# # of Slings When Going To The Field ?



## wll (Oct 4, 2014)

I have, in general three slingshots I now carry ---. all three are my modified Daisy F-16's, but each has a different power set.

One has pseudo 3060's on it, one has pseudo 2050's on it, and one has 1745 looped on it (but this may change as I just ordered some Linatex, and if that works out, then I may use Linatex on the one that now has 1745 looped). These are for use with my 113gr egg weights and heavier ammo. I can't decide on the ammo thing, but will get 3/8 and 1/2 egg samples tomorrow.

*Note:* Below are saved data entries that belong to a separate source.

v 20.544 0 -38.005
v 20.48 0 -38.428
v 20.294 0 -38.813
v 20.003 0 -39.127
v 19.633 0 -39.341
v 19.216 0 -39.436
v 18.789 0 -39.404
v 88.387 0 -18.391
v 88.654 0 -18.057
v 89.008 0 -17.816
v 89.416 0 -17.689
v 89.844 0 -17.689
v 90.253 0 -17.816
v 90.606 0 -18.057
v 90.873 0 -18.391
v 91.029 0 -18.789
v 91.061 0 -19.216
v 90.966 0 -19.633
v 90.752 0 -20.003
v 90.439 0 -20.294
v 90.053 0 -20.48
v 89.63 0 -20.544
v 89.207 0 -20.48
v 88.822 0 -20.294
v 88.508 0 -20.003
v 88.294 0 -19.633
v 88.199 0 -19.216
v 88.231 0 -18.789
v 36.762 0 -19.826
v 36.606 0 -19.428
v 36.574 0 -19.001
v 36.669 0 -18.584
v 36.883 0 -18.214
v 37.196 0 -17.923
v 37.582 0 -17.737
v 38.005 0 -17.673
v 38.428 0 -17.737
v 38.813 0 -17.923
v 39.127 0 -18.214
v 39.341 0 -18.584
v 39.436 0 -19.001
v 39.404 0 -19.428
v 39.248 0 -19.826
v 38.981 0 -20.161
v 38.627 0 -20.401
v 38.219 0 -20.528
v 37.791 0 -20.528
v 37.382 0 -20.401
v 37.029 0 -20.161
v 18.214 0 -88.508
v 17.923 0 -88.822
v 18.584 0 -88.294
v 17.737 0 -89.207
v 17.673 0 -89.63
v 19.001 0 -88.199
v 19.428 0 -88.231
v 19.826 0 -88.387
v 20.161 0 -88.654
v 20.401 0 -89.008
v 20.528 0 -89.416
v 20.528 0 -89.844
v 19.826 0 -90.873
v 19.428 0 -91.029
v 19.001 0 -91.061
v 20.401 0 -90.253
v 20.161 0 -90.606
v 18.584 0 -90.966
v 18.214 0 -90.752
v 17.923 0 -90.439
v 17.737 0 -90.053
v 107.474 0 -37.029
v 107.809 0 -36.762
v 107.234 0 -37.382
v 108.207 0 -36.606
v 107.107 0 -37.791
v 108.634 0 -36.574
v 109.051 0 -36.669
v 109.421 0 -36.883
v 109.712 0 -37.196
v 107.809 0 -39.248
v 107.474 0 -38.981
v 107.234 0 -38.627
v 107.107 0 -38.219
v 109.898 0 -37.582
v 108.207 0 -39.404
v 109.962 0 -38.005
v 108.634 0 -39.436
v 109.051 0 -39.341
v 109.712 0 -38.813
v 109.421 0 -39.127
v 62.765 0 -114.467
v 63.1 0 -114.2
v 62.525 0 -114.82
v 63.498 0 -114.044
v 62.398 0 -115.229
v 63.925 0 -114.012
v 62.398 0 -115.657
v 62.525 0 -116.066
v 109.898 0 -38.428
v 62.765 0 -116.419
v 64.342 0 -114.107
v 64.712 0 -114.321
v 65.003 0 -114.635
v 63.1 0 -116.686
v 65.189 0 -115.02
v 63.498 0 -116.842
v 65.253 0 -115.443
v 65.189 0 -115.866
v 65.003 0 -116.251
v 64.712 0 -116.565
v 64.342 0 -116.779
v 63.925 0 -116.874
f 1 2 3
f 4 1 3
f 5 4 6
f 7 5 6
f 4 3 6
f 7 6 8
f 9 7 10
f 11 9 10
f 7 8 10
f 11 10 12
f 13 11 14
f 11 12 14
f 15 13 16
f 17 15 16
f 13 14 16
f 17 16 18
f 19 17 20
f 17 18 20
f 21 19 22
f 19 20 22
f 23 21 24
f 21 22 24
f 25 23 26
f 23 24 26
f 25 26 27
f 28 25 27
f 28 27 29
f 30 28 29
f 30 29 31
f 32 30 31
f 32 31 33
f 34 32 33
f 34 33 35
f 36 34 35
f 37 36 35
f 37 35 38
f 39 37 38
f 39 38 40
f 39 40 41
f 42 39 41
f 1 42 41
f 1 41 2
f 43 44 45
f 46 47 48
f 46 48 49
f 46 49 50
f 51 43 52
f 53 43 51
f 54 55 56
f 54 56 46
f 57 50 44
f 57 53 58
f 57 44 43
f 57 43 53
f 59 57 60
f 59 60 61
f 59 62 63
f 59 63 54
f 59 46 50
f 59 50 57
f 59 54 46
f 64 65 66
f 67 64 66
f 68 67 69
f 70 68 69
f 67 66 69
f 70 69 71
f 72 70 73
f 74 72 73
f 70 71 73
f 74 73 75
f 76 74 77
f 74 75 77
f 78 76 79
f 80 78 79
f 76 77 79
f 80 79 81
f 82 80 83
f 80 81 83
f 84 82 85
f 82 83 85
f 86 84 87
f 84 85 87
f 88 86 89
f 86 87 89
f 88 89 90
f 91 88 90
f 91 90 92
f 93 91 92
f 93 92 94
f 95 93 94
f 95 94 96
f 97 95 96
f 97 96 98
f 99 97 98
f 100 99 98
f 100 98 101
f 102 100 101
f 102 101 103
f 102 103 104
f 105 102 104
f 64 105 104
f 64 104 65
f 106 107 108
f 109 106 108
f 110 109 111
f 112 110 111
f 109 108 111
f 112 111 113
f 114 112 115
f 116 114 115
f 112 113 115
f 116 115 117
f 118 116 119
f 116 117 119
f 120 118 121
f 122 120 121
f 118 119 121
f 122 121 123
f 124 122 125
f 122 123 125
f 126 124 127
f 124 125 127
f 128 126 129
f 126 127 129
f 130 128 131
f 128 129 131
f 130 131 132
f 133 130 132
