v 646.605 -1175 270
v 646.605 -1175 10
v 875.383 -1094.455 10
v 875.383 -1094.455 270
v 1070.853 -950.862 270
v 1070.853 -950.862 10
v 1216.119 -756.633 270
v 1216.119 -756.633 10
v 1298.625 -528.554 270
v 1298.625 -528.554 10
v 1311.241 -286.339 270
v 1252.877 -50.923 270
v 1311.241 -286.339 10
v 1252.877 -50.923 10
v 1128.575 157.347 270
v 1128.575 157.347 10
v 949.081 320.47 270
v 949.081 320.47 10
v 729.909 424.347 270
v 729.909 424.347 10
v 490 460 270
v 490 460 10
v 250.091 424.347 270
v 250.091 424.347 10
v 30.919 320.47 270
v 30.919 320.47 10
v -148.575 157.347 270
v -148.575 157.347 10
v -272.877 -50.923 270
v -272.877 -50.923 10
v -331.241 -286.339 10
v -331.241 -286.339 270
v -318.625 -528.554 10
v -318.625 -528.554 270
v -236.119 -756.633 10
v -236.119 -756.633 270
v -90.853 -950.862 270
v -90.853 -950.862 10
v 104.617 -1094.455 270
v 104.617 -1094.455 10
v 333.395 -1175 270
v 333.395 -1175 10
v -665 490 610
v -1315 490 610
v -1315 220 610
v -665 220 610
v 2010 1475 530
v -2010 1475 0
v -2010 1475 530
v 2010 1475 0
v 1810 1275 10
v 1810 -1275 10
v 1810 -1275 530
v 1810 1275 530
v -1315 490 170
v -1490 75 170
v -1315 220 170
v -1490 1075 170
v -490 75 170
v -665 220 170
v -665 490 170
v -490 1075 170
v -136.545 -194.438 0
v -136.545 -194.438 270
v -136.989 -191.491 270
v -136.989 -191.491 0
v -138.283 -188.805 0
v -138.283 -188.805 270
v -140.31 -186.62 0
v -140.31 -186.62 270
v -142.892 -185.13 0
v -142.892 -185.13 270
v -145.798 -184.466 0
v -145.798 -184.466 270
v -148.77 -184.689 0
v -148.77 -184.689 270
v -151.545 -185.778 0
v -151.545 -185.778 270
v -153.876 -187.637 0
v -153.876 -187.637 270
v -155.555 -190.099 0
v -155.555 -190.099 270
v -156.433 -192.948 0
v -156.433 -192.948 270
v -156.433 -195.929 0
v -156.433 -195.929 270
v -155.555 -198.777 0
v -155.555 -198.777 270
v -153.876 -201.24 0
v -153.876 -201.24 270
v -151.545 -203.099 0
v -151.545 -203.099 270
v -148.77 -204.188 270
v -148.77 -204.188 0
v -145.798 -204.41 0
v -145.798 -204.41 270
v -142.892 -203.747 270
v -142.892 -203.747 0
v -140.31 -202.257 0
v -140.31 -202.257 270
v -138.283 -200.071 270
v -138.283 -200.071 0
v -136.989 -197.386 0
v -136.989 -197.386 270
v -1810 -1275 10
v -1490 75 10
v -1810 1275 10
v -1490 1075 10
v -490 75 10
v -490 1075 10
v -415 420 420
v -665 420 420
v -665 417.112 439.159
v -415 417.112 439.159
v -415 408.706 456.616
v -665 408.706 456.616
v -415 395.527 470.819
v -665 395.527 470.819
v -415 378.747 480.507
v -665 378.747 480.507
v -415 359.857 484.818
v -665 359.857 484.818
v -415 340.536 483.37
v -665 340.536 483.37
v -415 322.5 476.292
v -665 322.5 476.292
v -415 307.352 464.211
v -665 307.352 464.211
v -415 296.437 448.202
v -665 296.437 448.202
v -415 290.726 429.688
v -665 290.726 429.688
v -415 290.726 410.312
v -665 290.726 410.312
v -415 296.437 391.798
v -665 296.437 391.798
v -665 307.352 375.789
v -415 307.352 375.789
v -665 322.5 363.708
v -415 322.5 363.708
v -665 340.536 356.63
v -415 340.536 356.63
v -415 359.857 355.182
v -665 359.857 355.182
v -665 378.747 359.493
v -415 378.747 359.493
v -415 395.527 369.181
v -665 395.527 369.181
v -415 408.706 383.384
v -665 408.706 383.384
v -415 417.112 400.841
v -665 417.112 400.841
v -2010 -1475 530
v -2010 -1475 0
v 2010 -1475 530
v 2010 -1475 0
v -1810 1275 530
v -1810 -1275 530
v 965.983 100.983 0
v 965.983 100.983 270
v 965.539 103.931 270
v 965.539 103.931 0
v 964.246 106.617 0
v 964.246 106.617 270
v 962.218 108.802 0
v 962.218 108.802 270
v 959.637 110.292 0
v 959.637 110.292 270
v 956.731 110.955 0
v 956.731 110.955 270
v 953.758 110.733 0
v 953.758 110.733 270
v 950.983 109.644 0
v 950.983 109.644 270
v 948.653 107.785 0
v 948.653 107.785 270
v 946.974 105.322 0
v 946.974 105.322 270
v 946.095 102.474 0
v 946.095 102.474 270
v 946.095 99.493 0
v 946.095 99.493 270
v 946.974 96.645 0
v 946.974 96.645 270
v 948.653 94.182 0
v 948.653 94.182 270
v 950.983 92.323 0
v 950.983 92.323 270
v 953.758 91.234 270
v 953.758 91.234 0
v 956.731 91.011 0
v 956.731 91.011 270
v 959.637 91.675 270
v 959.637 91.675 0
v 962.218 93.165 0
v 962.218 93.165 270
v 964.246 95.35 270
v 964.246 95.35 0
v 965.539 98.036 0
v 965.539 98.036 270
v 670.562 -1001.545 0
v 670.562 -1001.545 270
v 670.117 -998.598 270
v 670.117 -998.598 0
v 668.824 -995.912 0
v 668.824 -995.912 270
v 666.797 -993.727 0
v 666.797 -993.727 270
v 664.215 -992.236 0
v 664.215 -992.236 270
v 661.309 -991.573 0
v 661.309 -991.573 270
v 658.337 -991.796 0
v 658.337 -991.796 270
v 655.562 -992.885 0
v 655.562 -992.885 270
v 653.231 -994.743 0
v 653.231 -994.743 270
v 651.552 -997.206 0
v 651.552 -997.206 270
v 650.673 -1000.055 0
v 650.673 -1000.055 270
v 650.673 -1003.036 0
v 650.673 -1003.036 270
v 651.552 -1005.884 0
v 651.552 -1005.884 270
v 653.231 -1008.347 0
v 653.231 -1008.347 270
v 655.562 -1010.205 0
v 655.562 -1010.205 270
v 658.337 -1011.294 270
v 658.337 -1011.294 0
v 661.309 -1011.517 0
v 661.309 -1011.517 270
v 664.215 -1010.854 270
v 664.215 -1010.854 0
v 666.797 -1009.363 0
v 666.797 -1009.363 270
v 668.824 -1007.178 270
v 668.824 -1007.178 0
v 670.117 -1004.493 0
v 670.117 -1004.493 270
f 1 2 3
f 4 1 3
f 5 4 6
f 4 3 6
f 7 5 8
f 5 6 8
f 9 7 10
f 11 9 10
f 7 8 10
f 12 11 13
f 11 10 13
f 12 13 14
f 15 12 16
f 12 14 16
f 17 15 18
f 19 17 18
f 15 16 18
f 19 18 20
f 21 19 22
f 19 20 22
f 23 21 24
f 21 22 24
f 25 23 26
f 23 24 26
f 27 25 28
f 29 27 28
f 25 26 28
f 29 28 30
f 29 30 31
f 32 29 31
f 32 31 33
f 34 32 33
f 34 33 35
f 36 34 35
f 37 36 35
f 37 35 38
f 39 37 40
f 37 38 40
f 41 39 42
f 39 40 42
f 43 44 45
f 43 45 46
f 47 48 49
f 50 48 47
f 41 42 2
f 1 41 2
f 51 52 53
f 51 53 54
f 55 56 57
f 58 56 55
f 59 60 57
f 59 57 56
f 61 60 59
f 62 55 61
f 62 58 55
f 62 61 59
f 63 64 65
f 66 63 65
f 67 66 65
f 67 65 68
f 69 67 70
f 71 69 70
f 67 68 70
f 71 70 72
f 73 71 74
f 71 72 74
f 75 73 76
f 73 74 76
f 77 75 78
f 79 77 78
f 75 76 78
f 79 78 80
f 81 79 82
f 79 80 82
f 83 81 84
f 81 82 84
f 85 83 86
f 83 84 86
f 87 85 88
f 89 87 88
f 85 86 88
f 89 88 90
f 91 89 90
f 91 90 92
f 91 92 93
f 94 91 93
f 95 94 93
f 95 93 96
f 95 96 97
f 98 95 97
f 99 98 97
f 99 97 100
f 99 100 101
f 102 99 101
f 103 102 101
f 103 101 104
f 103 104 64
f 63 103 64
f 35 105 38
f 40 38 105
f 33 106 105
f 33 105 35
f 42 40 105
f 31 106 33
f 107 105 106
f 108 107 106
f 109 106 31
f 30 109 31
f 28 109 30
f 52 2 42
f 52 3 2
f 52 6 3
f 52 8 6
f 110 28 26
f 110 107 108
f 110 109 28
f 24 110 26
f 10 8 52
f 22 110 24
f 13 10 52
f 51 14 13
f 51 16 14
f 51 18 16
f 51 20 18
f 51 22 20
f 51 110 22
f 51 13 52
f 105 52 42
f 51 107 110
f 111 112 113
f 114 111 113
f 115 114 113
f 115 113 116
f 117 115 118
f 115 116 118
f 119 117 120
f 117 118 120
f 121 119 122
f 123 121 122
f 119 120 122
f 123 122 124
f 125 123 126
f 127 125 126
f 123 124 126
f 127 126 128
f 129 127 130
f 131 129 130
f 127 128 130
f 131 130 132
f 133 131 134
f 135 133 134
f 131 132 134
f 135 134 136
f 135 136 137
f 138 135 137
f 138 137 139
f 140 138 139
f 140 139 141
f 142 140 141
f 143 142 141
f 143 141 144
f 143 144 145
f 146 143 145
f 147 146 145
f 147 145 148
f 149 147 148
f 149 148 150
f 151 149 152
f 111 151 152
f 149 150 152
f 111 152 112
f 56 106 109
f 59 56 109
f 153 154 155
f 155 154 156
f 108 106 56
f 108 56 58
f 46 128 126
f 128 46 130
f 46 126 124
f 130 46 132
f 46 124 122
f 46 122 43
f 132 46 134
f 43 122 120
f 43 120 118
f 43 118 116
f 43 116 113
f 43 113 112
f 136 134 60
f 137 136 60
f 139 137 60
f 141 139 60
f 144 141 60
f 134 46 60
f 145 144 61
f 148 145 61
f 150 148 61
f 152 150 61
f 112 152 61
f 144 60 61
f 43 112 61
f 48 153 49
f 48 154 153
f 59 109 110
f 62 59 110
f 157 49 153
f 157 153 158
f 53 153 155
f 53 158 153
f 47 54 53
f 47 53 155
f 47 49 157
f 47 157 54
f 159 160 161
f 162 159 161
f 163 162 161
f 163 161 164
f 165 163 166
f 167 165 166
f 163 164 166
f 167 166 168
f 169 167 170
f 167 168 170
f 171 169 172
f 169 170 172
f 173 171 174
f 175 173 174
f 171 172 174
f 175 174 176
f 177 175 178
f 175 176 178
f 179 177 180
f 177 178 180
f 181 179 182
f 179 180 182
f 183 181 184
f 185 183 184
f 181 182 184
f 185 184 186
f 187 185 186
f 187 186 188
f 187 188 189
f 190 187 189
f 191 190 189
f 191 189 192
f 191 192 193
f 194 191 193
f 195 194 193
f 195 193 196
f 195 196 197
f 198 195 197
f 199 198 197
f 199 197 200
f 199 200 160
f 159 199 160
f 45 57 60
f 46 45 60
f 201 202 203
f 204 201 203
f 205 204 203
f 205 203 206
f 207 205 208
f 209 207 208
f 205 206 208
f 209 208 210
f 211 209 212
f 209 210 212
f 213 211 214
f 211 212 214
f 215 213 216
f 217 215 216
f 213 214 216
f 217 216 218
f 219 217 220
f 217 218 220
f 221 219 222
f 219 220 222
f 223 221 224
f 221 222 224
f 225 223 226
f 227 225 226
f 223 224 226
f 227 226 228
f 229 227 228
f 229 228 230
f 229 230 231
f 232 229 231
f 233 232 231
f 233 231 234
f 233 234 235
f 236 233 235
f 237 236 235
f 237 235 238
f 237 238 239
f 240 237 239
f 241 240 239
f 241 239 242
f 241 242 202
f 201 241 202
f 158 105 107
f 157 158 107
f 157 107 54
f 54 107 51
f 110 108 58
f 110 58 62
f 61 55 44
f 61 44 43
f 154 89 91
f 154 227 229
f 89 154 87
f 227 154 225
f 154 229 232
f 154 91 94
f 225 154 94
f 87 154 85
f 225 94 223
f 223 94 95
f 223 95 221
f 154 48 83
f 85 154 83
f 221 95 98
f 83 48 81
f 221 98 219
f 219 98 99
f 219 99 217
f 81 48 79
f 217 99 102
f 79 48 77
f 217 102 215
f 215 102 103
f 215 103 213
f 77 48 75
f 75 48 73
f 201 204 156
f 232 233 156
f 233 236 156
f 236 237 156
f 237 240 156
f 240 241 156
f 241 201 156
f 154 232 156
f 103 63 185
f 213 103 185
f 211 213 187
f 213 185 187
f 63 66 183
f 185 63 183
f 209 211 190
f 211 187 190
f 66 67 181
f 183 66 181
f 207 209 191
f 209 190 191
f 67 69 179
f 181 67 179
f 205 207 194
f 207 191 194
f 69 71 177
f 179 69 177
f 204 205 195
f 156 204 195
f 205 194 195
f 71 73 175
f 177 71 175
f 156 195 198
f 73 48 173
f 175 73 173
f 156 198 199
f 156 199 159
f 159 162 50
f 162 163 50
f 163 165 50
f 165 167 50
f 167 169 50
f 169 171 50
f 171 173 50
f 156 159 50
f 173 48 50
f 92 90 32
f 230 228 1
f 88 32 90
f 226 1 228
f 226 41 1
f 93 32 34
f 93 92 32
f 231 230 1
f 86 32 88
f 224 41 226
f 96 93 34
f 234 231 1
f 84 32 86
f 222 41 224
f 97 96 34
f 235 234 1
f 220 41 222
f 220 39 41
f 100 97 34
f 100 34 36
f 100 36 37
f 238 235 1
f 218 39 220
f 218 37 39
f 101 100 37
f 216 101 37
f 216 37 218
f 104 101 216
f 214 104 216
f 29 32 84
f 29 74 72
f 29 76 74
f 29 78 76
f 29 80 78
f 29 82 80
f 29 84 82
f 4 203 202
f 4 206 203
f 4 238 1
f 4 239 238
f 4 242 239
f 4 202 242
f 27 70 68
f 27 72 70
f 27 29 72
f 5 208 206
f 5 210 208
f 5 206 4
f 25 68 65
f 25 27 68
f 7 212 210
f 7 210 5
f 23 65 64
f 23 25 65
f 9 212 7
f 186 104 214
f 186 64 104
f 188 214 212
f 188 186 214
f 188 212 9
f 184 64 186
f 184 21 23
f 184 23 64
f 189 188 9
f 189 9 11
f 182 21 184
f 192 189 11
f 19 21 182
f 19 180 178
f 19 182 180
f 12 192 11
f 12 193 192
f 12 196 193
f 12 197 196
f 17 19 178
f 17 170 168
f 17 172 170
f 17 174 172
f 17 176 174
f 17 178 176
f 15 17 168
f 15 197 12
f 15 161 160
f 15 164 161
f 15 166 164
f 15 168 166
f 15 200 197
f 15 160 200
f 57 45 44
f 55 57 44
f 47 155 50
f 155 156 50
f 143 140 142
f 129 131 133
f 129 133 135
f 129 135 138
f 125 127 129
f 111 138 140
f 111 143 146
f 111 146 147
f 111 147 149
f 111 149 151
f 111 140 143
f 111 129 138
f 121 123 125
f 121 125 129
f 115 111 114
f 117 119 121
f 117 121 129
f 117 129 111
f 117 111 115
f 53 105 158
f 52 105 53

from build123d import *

# Parameters (mm, degrees)
F0_W      = 4020
F0_H      = 2950
F1_DEPTH  = 10
F2_W      = 4020
F2_H      = 2950
F2_W_2    = 3620
F2_H_2    = 2550
F3_DEPTH  = 520
F4_W      = 1000
F4_H      = 1000
F5_DEPTH  = 160
F7_DEPTH  = 260
F8_W      = 650
F8_H      = 270
F9_DEPTH  = 440
F10_R     = 65
F11_DEPTH = 250
F12_R     = 10
F13_DEPTH = 280


with BuildPart() as f1:
    # F0 (on Top) → F1 (new body)
    with BuildSketch(Plane.XY):
        Rectangle(F0_W, F0_H)
    extrude(amount=F1_DEPTH)

    # F2 (on face) → F3 (join)
    with BuildSketch(Plane.XY.offset(10)):
        Rectangle(F2_W, F2_H)
        Rectangle(F2_W_2, F2_H_2, mode=Mode.SUBTRACT)
    extrude(amount=F3_DEPTH)

    # F4 (on face) → F5 (join)
    with BuildSketch(Plane.XY.offset(10)):
        with Locations((-990, 575)):
            Rectangle(F4_W, F4_H)
    extrude(amount=F5_DEPTH)

    # F6 (on face) → F7 (join)
    with BuildSketch(Plane.XY.offset(10)):
        with BuildLine():
            Line((333.395402, -1175), (646.604598, -1175))
            ThreePointArc((646.604598, -1175), (490, 460), (333.395402, -1175))
        make_face()
    extrude(amount=F7_DEPTH)

    # F8 (on face) → F9 (join)
    with BuildSketch(Plane.XY.offset(170)):
        with Locations((-990, 355)):
            Rectangle(F8_W, F8_H)
    extrude(amount=F9_DEPTH)

    # F10 (on face) → F11 (join)
    with BuildSketch(Plane.YZ.offset(-665)):
        with Locations((355, 420)):
            Circle(F10_R)
    extrude(amount=F11_DEPTH)

    # F12 (on face) → F13 (cut)
    with BuildSketch(Plane.XY.offset(270)):
        with Locations((955.983369, 100.983369)):
            Circle(F12_R)
        with Locations((660.561751, -1001.54512)):
            Circle(F12_R)
        with Locations((-146.54512, -194.438249)):
            Circle(F12_R)
    extrude(amount=-F13_DEPTH, mode=Mode.SUBTRACT)


solid = f1.part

88gr stuff will still be pseudo or looped 1745's, this includes 3/8lead, 16mm marbles and 3/4 Jaw Breakers. If Linatex does work out, then a Chinese type sling will also be included in my kit for 1745 tubes..

The more I'm out the more I'm leaning toward tubes ...... not for the speed, but they are pretty gosh darn durable, and that, to me, is an important factor.

Each sling also has 2 extra tube sets, ready for action kept in a tooth paste travel box that I got at the .99c store (perfect for keeping extra completed power units, power sets are not kinked just rolled in a figure eight). I need to go back and pick up a few more of these.

Of course rubber bands, constrictor knot thread, loop wrapping thread, lighter, 3" piece of paracord for a loop, plastic knot tying needle and other stuff is packed too, and that is carried in a small soap travel box .. it holds a surprisingly amount of stuff. each slingshot has it's own Rothco pouch to hold this.

I may take a pic for you guys if I can get off my lazy a$$ ...LOL, LOL

wll


----------



## Rayshot (Feb 1, 2010)

Is this a question to the forum per the thread title, wherein, you started the sharing with what gets taken in the field?


----------



## wll (Oct 4, 2014)

Rayshot said:


> Is this a question to the forum per the thread title, wherein, you started the sharing with what gets taken in the field?


Yes, I worded it incorrectly ;- (

wll


----------



## treefork (Feb 1, 2010)

I bring two. Then I don't have to re-band when a set breaks on one. Usually two different designs.


----------



## oldmiser (Jan 22, 2014)

I would take 2 one being flatband other being tube set....with what I am shooting.. I hit 9/10 with both shooters...

same reason as Mr Treefork...case of a band set breaking..can still shoot......the tube set is good for a 1,000 rounds..as a back up shooter..

I use 99%of the time 5/16"steel ammo........But if go hunting a whole different ball game...different shooter & 44 cal lead....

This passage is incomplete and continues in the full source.